At this point the forward function local test should have the provided return value, and you are expected to be able to train a label smoothing enabled model from scratch! The expected validation metric for this model on decoding is 8.81 ppl during training eval on the dev set, which is used to evaluate early stopping (This is with the default settings --batch-size 64 --hidden-size 256 --embed-size 256 --uniform-init 0.1 --label-smoothing 0.1 --dropout 0.2, --clip-grad 5.0 --lr-decay 0.5). 

In [40]:
# DO NOT CHANGE THIS CODE BLOCK

model_dummy = NMT(embed_size=256, hidden_size=256, dropout_rate=0.2, vocab=vocab, label_smoothing=0.1)
set_model_weights(model_dummy)

In [None]:
# DO NOT CHANGE THIS CODE BLOCK

model_dummy.eval() # this is so the model is deterministic with the dropout
input = "hello there ! in german".split(" ")
target = ['<s>'] + "hello there ! in english".split(" ") + ['</s>'] + ["<pad>"]
print("input", input)
print("target", target)
src_sents = [input, input[2:]]
tgt_sents = [target, ["<s>"] + target[2:]]

### 2.1 Initialization and Forward Pass [Programming] (3 points)

The forward function in the NMT class is the main function that is called when the model is run. It takes in the source and target sentences and returns the loss. The forward function is implemented in the `NMT` class in the `nmt_model.py` file.

In [None]:
print(model_dummy.forward(src_sents, tgt_sents))
print("Expected:", torch.tensor([-454.5613, -341.4756]))

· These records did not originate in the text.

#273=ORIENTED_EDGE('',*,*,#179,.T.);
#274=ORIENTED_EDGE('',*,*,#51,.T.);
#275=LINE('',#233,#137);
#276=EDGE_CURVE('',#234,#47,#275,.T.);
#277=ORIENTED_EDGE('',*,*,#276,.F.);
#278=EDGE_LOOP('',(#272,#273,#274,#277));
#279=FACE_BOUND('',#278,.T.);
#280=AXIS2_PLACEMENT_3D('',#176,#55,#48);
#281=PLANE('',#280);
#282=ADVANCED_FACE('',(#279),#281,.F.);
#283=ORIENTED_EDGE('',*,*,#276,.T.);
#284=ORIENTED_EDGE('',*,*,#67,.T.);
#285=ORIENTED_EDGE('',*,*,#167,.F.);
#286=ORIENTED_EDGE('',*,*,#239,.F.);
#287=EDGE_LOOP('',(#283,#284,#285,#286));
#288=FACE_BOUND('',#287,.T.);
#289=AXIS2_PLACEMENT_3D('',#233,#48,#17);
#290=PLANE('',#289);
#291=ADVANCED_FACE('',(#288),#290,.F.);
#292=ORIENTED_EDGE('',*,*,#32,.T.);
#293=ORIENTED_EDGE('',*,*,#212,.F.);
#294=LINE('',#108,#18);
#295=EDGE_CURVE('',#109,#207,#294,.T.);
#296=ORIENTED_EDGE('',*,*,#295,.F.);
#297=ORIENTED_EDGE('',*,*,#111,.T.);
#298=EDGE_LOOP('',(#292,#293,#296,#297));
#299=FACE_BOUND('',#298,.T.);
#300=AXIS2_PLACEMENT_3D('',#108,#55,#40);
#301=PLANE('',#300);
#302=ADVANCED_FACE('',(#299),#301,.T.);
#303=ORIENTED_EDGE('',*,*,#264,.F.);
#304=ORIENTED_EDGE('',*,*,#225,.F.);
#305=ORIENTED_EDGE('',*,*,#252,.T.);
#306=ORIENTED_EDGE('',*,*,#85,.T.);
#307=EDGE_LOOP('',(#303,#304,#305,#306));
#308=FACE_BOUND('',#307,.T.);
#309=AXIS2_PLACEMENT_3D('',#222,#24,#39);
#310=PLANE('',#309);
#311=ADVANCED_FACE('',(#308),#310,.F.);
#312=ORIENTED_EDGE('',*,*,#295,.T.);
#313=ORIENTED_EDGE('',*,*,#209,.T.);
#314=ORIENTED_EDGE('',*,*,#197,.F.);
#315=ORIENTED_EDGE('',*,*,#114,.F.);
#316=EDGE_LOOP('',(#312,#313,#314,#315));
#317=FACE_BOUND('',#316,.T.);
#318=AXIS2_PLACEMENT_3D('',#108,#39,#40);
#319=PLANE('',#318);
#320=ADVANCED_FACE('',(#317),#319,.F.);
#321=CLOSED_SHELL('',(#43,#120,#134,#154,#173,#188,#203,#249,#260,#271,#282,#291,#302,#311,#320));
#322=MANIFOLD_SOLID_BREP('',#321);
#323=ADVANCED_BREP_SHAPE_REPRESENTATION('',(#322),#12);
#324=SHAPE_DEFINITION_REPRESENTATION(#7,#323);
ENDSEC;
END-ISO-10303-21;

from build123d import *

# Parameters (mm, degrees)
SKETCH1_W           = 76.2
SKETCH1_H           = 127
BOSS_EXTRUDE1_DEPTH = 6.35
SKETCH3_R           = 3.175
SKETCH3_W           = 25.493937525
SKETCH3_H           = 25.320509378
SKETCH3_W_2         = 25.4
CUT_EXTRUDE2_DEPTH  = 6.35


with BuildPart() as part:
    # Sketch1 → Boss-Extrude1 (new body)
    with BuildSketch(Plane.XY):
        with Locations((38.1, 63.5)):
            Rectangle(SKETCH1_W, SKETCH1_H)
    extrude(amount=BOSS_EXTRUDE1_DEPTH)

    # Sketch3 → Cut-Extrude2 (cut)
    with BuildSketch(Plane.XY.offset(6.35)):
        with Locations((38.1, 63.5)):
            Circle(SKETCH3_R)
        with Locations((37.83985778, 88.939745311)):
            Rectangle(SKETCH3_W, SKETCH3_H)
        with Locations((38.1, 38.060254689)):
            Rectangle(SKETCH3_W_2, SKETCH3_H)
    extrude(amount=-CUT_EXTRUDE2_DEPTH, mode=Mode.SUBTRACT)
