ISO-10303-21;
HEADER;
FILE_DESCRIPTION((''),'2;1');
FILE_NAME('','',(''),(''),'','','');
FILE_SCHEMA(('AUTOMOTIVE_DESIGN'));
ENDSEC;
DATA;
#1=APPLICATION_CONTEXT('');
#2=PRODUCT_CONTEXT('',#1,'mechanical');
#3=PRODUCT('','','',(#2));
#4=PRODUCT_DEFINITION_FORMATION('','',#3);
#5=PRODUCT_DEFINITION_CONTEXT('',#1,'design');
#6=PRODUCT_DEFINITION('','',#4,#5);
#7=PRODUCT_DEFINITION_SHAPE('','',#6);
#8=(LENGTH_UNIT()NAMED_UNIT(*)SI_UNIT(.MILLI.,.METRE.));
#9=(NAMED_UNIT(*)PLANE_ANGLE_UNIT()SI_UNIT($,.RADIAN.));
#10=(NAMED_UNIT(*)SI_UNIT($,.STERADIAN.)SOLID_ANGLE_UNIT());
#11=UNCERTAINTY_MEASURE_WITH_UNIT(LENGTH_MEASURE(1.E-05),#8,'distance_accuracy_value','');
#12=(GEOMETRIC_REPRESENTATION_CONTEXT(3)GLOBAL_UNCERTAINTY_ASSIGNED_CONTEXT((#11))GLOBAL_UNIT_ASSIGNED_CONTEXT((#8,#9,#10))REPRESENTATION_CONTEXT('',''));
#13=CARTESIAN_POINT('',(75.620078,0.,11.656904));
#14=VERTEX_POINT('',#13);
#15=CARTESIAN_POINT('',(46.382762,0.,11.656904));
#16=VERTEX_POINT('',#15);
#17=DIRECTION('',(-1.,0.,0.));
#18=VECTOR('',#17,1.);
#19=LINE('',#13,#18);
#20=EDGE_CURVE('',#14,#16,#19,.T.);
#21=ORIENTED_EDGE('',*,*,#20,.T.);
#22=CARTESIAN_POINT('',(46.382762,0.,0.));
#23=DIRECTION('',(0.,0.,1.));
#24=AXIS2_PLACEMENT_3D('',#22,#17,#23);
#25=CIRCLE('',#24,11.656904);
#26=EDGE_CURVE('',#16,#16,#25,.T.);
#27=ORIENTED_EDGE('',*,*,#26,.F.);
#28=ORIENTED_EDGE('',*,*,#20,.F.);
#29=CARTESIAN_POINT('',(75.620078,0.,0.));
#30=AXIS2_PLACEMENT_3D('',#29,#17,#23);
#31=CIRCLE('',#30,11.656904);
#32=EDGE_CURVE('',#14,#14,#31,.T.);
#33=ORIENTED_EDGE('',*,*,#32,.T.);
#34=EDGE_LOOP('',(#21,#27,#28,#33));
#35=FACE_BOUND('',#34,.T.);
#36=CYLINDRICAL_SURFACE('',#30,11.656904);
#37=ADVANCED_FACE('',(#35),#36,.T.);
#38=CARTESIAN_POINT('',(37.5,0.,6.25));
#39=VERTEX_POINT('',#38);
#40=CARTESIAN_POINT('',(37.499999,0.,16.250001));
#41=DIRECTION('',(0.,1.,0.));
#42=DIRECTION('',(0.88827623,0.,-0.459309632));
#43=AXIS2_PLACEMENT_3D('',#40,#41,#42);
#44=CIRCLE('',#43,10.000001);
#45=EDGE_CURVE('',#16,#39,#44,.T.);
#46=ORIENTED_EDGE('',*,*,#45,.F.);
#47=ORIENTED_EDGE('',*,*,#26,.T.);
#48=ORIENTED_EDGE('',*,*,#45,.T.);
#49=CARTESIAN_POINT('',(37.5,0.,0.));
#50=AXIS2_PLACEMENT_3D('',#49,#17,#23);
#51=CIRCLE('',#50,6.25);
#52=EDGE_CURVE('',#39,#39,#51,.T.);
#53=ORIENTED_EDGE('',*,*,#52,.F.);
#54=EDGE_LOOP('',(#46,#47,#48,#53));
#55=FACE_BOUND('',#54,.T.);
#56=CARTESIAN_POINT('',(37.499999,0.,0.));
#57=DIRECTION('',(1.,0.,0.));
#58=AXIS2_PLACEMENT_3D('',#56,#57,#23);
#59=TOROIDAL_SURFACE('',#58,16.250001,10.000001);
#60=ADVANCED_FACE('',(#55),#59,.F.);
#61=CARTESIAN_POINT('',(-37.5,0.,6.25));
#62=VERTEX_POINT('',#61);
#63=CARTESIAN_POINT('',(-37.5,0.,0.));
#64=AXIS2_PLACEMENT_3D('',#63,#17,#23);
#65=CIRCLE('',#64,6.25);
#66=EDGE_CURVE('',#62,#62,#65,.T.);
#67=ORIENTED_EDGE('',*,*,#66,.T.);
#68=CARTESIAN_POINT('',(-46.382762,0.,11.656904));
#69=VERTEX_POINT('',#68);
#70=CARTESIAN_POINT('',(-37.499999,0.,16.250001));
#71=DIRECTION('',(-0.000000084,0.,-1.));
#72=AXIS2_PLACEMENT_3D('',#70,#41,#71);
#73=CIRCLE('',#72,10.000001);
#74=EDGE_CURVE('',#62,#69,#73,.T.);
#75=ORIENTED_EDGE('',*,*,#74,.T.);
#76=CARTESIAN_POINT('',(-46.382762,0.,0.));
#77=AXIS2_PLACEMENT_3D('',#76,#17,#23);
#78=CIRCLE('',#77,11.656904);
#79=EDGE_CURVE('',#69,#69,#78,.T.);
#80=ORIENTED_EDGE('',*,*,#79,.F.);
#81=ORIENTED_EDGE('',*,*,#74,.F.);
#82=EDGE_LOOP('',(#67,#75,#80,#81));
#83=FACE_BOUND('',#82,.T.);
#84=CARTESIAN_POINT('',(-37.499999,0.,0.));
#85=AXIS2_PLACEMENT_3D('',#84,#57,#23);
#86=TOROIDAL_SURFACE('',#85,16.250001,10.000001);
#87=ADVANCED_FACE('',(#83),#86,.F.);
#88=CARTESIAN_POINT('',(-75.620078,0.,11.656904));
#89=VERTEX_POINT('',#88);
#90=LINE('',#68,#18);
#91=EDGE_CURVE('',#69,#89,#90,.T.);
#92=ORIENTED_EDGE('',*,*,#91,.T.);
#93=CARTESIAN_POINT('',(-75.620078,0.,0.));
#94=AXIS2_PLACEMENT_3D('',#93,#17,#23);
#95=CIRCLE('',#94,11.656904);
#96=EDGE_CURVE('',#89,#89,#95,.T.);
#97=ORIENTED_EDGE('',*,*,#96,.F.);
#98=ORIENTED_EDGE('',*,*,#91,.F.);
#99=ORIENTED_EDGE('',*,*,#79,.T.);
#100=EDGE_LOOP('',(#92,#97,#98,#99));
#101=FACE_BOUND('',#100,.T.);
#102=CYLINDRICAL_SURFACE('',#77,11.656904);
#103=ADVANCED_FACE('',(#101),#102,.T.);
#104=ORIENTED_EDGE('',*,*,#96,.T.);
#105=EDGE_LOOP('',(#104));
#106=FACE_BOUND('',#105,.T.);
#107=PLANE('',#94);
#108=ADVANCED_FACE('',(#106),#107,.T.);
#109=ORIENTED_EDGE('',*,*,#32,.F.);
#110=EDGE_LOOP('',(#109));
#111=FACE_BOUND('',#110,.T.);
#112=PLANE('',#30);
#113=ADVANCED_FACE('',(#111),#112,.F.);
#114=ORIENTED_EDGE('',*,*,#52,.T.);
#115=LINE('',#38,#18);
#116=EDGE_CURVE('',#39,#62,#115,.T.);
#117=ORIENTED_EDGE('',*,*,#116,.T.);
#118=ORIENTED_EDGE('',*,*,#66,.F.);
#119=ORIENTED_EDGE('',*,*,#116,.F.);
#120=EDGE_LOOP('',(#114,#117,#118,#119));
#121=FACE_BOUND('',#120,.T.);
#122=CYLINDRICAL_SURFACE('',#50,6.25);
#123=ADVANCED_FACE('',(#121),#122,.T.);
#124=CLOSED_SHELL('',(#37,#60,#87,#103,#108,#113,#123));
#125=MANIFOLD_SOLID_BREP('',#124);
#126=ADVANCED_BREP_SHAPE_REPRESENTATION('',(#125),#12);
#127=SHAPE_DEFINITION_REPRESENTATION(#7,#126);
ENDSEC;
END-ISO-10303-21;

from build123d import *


with BuildPart() as f1:
    # F0 (on Front) → F1 (revolve)
    with BuildSketch(Plane.XZ):
        with BuildLine():
            Line((37.5, 6.25), (0, 6.25))
            Line((0, 6.25), (-37.5, 6.25))
            ThreePointArc((-37.5, 6.25), (-42.699473, 7.708017), (-46.382762, 11.656904))
            Line((-46.382762, 11.656904), (-75.620078, 11.656904))
            Line((-75.620078, 11.656904), (-75.620078, 0))
            Line((-75.620078, 0), (0, 0))
            Line((0, 0), (75.620078, 0))
            Line((75.620078, 0), (75.620078, 11.656904))
            Line((75.620078, 11.656904), (46.382762, 11.656904))
            ThreePointArc((46.382762, 11.656904), (42.699473, 7.708017), (37.5, 6.25))
        make_face()
    revolve(axis=Axis((37.810039, 0, 0), (-1, 0, 0)))


solid = f1.part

print("All tests passed!")

### 2.2 Encoder [Programming] (6 points)

The encoder is a bidirectional LSTM that takes in the source sentence and produces a context vector for the decoder. The encoder is implemented in the `encode` function in the `NMT` class in the `nmt_model.py` file.

In [None]:
src_sents_var = model_dummy.vocab.src.to_input_tensor(src_sents, device=model_dummy.device)
tgt_sents_var = model_dummy.vocab.tgt.to_input_tensor(tgt_sents, device=model_dummy.device)
src_sents_len = [len(s) for s in src_sents]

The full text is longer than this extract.